TASK DESCRIPTION
Repeat the first line of the listing and each line after it, exactly, through the line containing "#25=VERTEX_POINT('',#24);".

-------- RECORDS SHOWN --------

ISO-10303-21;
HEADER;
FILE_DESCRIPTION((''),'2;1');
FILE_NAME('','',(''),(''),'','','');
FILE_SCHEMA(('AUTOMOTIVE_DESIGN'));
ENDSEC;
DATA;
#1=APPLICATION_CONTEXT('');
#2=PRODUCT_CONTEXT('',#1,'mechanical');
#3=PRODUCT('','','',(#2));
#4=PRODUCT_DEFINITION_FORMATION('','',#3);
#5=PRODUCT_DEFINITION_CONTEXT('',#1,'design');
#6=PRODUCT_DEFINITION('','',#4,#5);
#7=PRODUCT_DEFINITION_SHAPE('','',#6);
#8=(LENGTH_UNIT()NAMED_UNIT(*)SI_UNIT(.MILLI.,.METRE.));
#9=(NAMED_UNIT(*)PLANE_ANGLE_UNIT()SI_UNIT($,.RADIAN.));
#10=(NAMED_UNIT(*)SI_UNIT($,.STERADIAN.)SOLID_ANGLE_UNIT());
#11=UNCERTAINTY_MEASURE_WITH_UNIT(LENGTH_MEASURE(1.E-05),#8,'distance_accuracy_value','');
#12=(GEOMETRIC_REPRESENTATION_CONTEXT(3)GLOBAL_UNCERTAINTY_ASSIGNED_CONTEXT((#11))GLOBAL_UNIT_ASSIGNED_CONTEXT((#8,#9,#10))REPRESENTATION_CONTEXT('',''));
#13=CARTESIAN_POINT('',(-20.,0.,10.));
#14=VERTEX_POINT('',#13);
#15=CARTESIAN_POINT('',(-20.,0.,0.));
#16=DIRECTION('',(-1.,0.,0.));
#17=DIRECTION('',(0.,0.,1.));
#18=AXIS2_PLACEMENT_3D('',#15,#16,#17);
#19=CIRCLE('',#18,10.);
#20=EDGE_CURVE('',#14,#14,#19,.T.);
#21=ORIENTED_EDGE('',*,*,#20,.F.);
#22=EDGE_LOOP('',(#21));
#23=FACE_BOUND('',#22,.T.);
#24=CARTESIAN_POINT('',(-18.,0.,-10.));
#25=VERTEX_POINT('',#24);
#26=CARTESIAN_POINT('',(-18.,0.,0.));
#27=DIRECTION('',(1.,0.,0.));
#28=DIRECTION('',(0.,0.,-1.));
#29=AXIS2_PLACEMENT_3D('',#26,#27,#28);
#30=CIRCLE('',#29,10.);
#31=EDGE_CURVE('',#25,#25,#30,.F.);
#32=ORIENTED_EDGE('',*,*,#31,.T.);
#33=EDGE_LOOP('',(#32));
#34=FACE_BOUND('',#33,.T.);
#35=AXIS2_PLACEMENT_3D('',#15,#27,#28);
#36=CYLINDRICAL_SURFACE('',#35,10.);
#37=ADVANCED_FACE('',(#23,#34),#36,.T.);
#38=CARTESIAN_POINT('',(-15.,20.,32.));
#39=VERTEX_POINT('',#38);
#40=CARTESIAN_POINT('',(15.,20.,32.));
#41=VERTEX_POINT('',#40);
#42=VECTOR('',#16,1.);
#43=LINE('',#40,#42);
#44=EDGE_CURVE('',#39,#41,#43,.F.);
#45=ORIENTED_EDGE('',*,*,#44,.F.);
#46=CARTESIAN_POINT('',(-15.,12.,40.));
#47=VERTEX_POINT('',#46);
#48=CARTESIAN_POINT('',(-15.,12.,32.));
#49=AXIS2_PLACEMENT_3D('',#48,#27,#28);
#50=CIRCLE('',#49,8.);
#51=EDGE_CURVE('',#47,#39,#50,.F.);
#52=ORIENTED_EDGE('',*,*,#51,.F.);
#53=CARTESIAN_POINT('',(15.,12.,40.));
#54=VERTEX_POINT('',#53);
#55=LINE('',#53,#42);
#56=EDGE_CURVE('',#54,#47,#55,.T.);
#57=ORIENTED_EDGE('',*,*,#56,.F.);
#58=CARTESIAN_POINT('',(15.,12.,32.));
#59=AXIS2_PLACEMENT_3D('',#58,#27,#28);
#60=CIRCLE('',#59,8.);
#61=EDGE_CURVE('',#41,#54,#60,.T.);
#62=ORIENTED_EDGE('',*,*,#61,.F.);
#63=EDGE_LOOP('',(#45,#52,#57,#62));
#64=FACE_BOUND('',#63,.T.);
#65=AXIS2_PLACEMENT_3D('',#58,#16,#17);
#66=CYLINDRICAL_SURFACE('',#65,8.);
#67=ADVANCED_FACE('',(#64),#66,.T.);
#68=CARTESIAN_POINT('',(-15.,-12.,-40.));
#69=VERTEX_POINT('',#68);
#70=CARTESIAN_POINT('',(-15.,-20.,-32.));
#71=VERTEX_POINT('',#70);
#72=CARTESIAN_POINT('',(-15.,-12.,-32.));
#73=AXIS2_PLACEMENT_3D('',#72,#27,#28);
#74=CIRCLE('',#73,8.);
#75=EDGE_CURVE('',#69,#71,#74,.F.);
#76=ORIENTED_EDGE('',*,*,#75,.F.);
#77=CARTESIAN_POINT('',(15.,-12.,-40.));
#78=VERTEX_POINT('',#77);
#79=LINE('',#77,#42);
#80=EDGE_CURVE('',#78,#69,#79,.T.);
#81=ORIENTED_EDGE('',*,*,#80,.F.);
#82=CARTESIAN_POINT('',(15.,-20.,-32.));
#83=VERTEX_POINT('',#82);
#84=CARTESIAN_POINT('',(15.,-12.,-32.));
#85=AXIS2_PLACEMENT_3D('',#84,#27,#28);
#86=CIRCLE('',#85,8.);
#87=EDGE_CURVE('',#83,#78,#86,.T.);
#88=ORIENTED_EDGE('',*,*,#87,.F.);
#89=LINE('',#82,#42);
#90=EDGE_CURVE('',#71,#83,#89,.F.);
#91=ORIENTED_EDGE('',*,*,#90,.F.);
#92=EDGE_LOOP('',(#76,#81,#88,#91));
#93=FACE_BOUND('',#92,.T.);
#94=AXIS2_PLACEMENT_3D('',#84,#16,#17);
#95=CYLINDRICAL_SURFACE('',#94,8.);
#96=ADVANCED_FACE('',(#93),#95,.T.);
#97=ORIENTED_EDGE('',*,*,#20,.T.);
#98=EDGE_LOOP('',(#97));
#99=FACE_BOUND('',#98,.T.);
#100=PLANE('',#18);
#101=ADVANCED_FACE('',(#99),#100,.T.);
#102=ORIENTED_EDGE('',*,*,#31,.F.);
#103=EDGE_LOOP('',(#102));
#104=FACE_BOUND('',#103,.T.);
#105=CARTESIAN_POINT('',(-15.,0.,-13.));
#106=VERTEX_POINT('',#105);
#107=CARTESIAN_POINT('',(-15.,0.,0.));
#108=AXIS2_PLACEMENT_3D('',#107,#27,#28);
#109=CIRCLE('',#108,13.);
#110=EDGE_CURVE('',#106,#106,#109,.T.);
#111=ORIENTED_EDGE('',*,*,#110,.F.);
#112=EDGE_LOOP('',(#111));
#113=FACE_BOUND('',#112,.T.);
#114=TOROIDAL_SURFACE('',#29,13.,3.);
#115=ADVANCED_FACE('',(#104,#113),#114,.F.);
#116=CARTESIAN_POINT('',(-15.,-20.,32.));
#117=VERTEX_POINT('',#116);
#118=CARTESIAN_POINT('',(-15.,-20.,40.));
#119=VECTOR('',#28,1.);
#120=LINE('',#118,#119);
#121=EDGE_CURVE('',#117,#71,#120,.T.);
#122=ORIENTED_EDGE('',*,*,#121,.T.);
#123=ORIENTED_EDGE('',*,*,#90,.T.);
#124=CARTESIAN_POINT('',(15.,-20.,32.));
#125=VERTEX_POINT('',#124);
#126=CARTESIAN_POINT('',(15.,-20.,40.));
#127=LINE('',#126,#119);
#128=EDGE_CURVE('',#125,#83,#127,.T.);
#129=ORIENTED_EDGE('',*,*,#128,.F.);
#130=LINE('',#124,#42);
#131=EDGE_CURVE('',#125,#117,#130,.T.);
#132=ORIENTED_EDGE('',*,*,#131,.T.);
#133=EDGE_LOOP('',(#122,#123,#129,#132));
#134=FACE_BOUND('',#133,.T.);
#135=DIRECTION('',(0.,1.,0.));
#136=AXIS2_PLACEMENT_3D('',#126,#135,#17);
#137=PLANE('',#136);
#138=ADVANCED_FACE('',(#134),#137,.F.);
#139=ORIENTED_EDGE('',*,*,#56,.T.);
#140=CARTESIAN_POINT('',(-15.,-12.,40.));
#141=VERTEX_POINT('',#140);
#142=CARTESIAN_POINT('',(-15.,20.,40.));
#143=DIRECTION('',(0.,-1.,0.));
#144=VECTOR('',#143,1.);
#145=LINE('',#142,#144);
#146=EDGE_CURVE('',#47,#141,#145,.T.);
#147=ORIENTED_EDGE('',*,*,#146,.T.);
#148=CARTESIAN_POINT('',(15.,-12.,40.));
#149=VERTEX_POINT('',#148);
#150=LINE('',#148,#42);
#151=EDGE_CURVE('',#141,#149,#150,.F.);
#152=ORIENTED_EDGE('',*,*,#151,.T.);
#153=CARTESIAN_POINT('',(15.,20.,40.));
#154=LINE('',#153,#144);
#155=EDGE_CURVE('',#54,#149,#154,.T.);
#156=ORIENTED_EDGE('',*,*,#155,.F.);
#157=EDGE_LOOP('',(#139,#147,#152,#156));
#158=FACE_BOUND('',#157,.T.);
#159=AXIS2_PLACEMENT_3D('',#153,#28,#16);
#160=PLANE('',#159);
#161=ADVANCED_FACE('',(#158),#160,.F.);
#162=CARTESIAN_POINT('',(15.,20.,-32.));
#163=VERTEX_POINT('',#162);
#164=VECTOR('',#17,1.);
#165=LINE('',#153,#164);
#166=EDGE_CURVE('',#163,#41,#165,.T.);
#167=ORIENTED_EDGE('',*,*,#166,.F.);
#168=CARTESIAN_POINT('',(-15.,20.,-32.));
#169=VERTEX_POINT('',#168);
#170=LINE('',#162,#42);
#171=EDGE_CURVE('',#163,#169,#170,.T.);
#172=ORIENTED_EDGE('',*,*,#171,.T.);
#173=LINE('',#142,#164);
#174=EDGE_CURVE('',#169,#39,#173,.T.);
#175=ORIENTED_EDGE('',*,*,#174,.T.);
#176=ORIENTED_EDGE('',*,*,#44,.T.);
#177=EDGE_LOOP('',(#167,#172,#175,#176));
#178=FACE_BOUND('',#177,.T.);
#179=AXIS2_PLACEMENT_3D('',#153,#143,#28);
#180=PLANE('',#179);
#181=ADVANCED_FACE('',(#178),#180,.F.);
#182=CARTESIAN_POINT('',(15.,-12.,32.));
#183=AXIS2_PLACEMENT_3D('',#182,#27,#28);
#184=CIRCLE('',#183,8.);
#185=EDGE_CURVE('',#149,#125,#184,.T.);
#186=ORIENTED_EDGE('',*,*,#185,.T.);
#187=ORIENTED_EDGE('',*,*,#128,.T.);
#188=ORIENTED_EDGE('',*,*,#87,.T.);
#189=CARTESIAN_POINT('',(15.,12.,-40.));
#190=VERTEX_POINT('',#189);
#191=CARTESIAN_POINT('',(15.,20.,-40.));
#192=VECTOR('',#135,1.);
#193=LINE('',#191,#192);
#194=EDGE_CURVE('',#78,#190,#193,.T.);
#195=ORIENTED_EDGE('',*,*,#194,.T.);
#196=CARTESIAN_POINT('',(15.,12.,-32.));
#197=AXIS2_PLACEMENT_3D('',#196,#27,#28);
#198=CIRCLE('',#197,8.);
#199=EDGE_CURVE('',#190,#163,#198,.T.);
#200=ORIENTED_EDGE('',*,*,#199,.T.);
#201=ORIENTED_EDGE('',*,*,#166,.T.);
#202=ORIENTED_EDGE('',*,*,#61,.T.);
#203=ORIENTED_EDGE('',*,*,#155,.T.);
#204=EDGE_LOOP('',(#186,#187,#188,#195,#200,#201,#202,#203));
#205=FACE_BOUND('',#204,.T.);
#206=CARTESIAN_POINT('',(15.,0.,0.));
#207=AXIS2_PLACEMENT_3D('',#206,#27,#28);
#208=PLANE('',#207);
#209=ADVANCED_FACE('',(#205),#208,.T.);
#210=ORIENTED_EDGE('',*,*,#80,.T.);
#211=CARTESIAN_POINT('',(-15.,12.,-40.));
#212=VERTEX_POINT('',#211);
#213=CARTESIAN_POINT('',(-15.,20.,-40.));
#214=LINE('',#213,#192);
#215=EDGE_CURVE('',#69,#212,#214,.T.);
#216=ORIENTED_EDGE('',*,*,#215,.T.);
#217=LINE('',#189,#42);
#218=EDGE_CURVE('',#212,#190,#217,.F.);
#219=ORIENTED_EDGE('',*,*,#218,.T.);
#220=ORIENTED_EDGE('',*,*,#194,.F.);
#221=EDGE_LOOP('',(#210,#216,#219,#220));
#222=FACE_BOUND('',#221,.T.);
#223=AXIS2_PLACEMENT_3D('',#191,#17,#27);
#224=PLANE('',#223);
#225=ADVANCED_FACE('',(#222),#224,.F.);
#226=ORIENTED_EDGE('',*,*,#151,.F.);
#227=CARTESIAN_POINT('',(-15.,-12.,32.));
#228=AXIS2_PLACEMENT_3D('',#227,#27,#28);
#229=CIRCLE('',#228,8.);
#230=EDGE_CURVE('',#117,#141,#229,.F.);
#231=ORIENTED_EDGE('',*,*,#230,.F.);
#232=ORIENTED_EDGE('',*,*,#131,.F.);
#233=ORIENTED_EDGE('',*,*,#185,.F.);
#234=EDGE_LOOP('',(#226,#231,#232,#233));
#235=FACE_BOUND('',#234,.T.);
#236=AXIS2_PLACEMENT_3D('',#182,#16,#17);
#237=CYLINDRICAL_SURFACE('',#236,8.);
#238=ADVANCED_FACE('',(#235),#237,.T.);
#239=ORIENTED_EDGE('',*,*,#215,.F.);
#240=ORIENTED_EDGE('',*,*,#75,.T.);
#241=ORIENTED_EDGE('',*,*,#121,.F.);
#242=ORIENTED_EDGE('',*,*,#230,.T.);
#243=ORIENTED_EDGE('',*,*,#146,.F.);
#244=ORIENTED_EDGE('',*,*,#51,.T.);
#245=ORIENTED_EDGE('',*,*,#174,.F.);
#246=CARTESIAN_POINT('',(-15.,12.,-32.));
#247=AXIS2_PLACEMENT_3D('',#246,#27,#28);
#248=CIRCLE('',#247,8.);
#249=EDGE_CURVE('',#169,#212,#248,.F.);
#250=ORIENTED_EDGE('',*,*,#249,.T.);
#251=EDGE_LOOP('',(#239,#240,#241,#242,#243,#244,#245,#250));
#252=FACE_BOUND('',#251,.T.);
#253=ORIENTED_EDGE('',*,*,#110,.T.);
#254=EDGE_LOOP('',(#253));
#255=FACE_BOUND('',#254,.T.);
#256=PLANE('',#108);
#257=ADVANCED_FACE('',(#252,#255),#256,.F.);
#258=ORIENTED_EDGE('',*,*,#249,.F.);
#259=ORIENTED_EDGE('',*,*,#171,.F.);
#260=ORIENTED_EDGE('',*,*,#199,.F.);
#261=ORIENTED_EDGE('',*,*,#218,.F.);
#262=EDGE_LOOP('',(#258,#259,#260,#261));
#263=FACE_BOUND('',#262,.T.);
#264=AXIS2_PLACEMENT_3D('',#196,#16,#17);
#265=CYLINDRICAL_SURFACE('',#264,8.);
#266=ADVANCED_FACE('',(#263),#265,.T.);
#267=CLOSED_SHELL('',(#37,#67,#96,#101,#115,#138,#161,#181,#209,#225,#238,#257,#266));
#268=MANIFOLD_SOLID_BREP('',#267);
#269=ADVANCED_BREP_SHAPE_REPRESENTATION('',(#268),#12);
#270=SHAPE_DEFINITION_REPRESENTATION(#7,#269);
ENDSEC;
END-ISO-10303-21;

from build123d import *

# Parameters (mm, degrees)
SKETCH1_W           = 80
SKETCH1_H           = 40
BOSS_EXTRUDE1_DEPTH = 15
FILLET1_R           = 8
SKETCH2_R           = 10
BOSS_EXTRUDE2_DEPTH = 5
FILLET2_R           = 3


with BuildPart() as part:
    # Sketch1 → Boss-Extrude1 (new body, symmetric)
    with BuildSketch(Plane(origin=(0, 0, 0), x_dir=(0, 0, -1), z_dir=(1, 0, 0))):
        Rectangle(SKETCH1_W, SKETCH1_H)
    extrude(amount=BOSS_EXTRUDE1_DEPTH, both=True)

    # Fillet1
    fillet1_edges = [part.edges().sort_by_distance(p)[0] for p in [
        (0, -20, -40),
        (0, -20, 40),
        (0, 20, 40),
        (0, 20, -40),
    ]]
    fillet(fillet1_edges, radius=FILLET1_R)

    # Sketch2 → Boss-Extrude2 (add)
    with BuildSketch(Plane.ZY.offset(15)):
        Circle(SKETCH2_R)
    extrude(amount=BOSS_EXTRUDE2_DEPTH)

    # Fillet2
    fillet2_edges = [part.edges().sort_by_distance(p)[0] for p in [
        (-15, 0, -10),
    ]]
    fillet(fillet2_edges, radius=FILLET2_R)


solid = part.part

--------

EXPECTED ANSWER
ISO-10303-21;
HEADER;
FILE_DESCRIPTION((''),'2;1');
FILE_NAME('','',(''),(''),'','','');
FILE_SCHEMA(('AUTOMOTIVE_DESIGN'));
ENDSEC;
DATA;
#1=APPLICATION_CONTEXT('');
#2=PRODUCT_CONTEXT('',#1,'mechanical');
#3=PRODUCT('','','',(#2));
#4=PRODUCT_DEFINITION_FORMATION('','',#3);
#5=PRODUCT_DEFINITION_CONTEXT('',#1,'design');
#6=PRODUCT_DEFINITION('','',#4,#5);
#7=PRODUCT_DEFINITION_SHAPE('','',#6);
#8=(LENGTH_UNIT()NAMED_UNIT(*)SI_UNIT(.MILLI.,.METRE.));
#9=(NAMED_UNIT(*)PLANE_ANGLE_UNIT()SI_UNIT($,.RADIAN.));
#10=(NAMED_UNIT(*)SI_UNIT($,.STERADIAN.)SOLID_ANGLE_UNIT());
#11=UNCERTAINTY_MEASURE_WITH_UNIT(LENGTH_MEASURE(1.E-05),#8,'distance_accuracy_value','');
#12=(GEOMETRIC_REPRESENTATION_CONTEXT(3)GLOBAL_UNCERTAINTY_ASSIGNED_CONTEXT((#11))GLOBAL_UNIT_ASSIGNED_CONTEXT((#8,#9,#10))REPRESENTATION_CONTEXT('',''));
#13=CARTESIAN_POINT('',(-20.,0.,10.));
#14=VERTEX_POINT('',#13);
#15=CARTESIAN_POINT('',(-20.,0.,0.));
#16=DIRECTION('',(-1.,0.,0.));
#17=DIRECTION('',(0.,0.,1.));
#18=AXIS2_PLACEMENT_3D('',#15,#16,#17);
#19=CIRCLE('',#18,10.);
#20=EDGE_CURVE('',#14,#14,#19,.T.);
#21=ORIENTED_EDGE('',*,*,#20,.F.);
#22=EDGE_LOOP('',(#21));
#23=FACE_BOUND('',#22,.T.);
#24=CARTESIAN_POINT('',(-18.,0.,-10.));
#25=VERTEX_POINT('',#24);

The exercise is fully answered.